Ladies and gentlemen, welcome to the financial equivalent of watching a Formula 1 car reverse at full speed — Wallfort Financial Services Ltd Q2 FY26. Once a proud broking house from the 90s Dalal Street era, the company has managed to turn its stockbroking charts into what looks like an ECG gone flat.

At ₹84.5 per share and a market cap of ₹81.9 crore, this mid-sized brokerage has seen its fair share of highs and crashes. Its stock has plummeted 61.8% in the past year, reminding investors that not every low P/B of 0.47x is a hidden gem — sometimes, it’s just dust.

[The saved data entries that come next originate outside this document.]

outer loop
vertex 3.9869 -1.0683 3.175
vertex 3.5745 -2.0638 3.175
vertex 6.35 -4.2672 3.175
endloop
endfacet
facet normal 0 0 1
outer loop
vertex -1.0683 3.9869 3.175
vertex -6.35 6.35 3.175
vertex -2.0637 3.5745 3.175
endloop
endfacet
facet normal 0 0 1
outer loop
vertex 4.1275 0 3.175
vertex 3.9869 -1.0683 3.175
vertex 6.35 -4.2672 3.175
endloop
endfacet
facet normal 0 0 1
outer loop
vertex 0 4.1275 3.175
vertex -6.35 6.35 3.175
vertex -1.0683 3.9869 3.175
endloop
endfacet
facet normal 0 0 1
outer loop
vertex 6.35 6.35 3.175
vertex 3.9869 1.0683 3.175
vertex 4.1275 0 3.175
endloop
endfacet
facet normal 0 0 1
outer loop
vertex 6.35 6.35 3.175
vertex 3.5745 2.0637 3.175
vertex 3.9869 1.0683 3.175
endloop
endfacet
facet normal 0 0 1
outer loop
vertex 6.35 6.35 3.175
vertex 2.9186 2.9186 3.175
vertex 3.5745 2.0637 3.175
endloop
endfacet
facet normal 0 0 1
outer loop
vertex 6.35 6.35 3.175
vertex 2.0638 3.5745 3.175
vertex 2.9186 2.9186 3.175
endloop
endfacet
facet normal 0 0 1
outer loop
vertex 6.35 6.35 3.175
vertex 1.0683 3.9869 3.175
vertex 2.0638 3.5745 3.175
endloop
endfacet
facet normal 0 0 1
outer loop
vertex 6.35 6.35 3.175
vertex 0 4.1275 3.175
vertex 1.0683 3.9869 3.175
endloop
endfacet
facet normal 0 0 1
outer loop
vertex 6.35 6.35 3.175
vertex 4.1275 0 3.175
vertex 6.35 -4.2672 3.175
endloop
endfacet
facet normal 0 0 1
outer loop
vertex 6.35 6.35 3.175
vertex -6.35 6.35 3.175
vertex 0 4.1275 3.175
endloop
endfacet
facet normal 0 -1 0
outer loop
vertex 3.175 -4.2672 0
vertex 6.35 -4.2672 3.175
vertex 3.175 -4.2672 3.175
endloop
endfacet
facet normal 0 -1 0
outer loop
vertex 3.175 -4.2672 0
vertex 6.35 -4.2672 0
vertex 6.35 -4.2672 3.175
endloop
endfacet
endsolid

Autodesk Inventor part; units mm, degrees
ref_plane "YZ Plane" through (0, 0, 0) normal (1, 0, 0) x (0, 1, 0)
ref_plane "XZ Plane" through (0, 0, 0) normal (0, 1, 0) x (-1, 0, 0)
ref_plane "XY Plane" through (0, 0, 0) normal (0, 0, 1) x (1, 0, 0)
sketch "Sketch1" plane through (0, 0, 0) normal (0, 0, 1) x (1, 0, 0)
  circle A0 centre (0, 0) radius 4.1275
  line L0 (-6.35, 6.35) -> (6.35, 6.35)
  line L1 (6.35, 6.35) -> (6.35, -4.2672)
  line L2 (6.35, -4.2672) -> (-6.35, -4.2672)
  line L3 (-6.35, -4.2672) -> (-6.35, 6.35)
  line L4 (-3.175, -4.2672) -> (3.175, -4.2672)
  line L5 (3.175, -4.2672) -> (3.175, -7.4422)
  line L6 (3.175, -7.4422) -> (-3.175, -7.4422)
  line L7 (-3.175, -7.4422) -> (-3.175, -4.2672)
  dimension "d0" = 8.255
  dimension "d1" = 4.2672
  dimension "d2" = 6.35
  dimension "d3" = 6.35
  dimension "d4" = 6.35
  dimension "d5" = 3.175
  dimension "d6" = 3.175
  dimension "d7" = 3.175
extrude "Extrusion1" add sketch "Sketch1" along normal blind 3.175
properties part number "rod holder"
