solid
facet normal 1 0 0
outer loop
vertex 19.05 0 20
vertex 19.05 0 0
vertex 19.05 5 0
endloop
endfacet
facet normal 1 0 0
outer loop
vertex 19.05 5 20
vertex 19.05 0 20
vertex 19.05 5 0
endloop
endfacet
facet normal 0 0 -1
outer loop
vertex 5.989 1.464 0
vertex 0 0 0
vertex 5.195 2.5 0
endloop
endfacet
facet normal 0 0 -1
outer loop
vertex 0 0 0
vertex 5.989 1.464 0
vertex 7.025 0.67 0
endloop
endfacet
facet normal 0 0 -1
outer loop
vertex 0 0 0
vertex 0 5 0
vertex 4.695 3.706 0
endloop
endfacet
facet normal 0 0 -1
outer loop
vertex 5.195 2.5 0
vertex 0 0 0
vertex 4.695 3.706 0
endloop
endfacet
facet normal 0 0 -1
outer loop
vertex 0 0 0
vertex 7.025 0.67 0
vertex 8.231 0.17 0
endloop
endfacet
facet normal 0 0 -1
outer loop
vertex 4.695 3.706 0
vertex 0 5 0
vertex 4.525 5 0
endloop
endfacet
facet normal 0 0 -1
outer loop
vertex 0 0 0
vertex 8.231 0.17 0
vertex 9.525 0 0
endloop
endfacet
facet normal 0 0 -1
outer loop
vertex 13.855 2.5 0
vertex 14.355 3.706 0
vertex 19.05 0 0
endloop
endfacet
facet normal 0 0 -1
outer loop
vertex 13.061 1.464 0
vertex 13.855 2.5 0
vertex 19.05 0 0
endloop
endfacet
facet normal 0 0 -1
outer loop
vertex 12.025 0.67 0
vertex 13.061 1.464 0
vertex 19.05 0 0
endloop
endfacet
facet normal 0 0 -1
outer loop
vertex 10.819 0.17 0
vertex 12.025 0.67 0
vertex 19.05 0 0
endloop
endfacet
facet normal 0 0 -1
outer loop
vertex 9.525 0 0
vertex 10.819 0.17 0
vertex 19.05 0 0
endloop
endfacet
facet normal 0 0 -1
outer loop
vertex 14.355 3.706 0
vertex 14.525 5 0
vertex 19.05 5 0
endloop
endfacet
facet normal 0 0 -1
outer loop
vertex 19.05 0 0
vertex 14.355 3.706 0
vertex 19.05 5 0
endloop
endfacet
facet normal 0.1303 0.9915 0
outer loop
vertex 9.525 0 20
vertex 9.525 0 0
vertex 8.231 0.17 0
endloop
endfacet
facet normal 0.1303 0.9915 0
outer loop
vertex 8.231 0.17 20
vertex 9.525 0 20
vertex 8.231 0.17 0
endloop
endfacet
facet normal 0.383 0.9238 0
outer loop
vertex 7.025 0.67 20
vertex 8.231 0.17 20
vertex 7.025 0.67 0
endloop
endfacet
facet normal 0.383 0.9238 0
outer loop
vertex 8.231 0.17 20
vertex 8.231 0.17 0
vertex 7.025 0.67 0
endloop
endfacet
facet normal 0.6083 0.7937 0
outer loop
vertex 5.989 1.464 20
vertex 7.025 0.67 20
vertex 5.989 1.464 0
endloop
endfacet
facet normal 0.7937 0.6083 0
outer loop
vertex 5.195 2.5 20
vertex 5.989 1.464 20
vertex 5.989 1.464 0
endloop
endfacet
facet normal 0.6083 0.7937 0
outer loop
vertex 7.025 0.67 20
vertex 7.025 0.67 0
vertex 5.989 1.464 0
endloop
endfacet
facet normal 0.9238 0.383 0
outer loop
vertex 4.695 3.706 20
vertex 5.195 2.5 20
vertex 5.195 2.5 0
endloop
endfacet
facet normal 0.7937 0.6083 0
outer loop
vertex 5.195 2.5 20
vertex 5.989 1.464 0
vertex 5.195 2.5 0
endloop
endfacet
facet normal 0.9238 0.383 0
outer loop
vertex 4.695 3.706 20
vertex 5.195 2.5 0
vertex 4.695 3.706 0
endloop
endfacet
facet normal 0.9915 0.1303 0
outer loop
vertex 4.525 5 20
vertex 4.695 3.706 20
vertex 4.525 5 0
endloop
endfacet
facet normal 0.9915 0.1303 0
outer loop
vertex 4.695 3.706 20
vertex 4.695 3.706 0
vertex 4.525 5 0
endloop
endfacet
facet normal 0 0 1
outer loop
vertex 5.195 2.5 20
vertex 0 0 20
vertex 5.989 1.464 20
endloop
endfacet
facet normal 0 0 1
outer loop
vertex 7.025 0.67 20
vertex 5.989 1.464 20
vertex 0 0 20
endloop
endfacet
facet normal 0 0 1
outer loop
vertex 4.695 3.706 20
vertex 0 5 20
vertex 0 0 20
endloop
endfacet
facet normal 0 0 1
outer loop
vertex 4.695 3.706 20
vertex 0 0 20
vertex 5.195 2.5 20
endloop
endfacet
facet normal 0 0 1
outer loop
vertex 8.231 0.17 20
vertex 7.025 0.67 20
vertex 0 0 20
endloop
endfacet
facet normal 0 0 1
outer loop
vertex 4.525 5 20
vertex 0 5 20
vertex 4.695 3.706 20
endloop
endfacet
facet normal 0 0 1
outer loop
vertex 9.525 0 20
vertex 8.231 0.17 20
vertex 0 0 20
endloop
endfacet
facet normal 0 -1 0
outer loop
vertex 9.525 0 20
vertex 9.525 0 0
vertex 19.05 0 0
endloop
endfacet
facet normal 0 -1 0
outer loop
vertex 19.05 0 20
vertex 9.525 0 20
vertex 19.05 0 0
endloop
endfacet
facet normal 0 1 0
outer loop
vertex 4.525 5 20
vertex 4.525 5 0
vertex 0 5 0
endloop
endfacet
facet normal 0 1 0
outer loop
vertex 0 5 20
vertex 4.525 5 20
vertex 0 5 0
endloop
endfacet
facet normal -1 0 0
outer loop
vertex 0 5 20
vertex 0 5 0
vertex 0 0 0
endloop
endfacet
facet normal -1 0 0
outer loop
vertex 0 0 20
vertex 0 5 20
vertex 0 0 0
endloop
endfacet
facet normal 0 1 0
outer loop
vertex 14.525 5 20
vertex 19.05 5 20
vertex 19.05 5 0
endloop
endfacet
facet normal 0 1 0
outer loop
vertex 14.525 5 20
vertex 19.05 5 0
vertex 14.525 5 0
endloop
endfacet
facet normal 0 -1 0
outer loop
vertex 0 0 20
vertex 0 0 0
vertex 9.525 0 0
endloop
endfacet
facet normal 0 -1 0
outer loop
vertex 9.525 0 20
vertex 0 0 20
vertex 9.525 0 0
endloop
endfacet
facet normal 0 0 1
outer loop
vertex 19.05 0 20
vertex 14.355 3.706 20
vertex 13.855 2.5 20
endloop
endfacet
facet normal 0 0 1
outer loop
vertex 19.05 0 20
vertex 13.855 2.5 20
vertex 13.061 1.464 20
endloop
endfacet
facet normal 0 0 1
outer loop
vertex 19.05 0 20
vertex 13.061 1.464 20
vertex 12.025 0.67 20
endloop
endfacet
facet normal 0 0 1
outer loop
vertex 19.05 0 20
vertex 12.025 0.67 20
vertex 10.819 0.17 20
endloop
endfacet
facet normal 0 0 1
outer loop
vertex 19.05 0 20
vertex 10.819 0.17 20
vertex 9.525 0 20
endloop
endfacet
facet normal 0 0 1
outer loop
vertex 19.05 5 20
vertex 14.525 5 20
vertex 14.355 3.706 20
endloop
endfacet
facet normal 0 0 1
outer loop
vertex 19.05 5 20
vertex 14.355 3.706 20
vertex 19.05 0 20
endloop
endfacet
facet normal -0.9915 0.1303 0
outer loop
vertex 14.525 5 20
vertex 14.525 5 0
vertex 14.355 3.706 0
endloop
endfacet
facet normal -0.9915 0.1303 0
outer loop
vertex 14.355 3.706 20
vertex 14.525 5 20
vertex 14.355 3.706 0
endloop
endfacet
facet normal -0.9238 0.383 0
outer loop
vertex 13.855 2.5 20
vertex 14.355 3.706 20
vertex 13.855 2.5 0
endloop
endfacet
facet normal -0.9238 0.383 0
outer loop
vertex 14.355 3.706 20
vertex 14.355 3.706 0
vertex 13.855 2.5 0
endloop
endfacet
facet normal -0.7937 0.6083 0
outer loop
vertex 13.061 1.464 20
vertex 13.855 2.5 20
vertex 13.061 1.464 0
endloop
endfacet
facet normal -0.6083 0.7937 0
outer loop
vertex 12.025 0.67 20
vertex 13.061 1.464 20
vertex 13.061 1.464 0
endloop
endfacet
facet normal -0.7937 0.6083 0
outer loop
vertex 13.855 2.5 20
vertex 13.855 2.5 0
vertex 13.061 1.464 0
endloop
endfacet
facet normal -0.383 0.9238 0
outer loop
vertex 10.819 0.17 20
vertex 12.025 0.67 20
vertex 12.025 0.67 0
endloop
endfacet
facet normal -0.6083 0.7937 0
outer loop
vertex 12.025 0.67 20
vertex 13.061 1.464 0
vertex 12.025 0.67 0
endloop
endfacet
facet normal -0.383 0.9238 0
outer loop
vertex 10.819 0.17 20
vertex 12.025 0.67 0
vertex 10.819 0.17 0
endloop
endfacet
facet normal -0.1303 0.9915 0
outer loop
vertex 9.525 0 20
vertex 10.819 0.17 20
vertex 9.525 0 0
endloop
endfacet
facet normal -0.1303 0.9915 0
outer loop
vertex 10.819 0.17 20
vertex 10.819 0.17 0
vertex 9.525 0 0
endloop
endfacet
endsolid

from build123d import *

# Parameters (mm, degrees)
BOSS_EXTRUDE1_DEPTH   = 20
BOSS_EXTRUDE1_2_DEPTH = 20


with BuildPart() as part:
    # Sketch1 → Boss-Extrude1 (new body)
    with BuildSketch(Plane.XY):
        with BuildLine():
            Line((0, 5), (0, 0))
            Line((0, 0), (9.525, 0))
            ThreePointArc((9.525, 0), (5.989466094, 1.464466094), (4.525, 5))
            Line((4.525, 5), (0, 5))
        make_face()
    extrude(amount=BOSS_EXTRUDE1_DEPTH)


with BuildPart() as body_2:
    # Sketch1 → Boss-Extrude1 2 (new body)
    with BuildSketch(Plane.XY):
        with BuildLine():
            ThreePointArc((14.525, 5), (13.060533906, 1.464466094), (9.525, 0))
            Line((9.525, 0), (19.05, 0))
            Line((19.05, 0), (19.05, 5))
            Line((19.05, 5), (14.525, 5))
        make_face()
    extrude(amount=BOSS_EXTRUDE1_2_DEPTH)


solid = Compound([part.part, body_2.part])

The latest quarterly numbers? Well, “disastrous” might be polite. Sales dropped 96.3% YoY, while PAT sank by a jaw-dropping 128%, landing deep in the red at ₹ -3.97 crore. The company managed to achieve a negative operating margin of 463%, a number that even an auditor might triple-check out of disbelief.

ROE stands at 7.7%, ROCE at 9.7%, and debt is zero — not because they’re rich, but because no lender wants to be part of this drama.

So, what happens when a broker stops broking? You get Wallfort FY26. Buckle up.


2. Introduction

Ah, Wallfort Financial — the stockbroker that seems to have misplaced both its stocks and profits. Incorporated in 1994, back when cable TV was still a luxury, Wallfort’s journey reads like the story of every Indian small-cap financial company that once dreamed of being Motilal Oswal but ended up being Motilal “Oh no.”

From facilitating trades to distributing franchises and offering “investment research,” Wallfort looked poised for the big league. With 90 institutional clients — including banks, mutual funds, and financial institutions — it positioned itself as a niche research provider.

But the FY26 reality check has been brutal. In a year when every second fintech is raking in transaction fees from retail investors, Wallfort’s sales crashed 89% YoY, while its net profit took a ₹ -11 crore dive. That’s not a dip — that’s a nosedive with a parachute made of wet paper.

And yet, it remains debt-free. Probably because lenders saw the financial statements and quietly backed away.

If Wallfort’s FY25 was a warning shot, FY26 is the sound of that warning hitting the target. But before we bury it, let’s dissect what went wrong — with the same curiosity one reserves for a slow-motion car crash.


3. Business Model – WTF Do They Even Do?

Wallfort Financial Services Limited calls itself a provider of broking and allied financial services, covering both retail and institutional clients. In theory, this includes:

  • Equity and derivative trading (cash and F&O)
  • Research-based advisory services
  • Depository operations (via NSDL)
  • Franchise-based retail distribution network

Basically, they’re in the business of helping others buy and sell stocks — except their own investors have been doing the “sell” part aggressively.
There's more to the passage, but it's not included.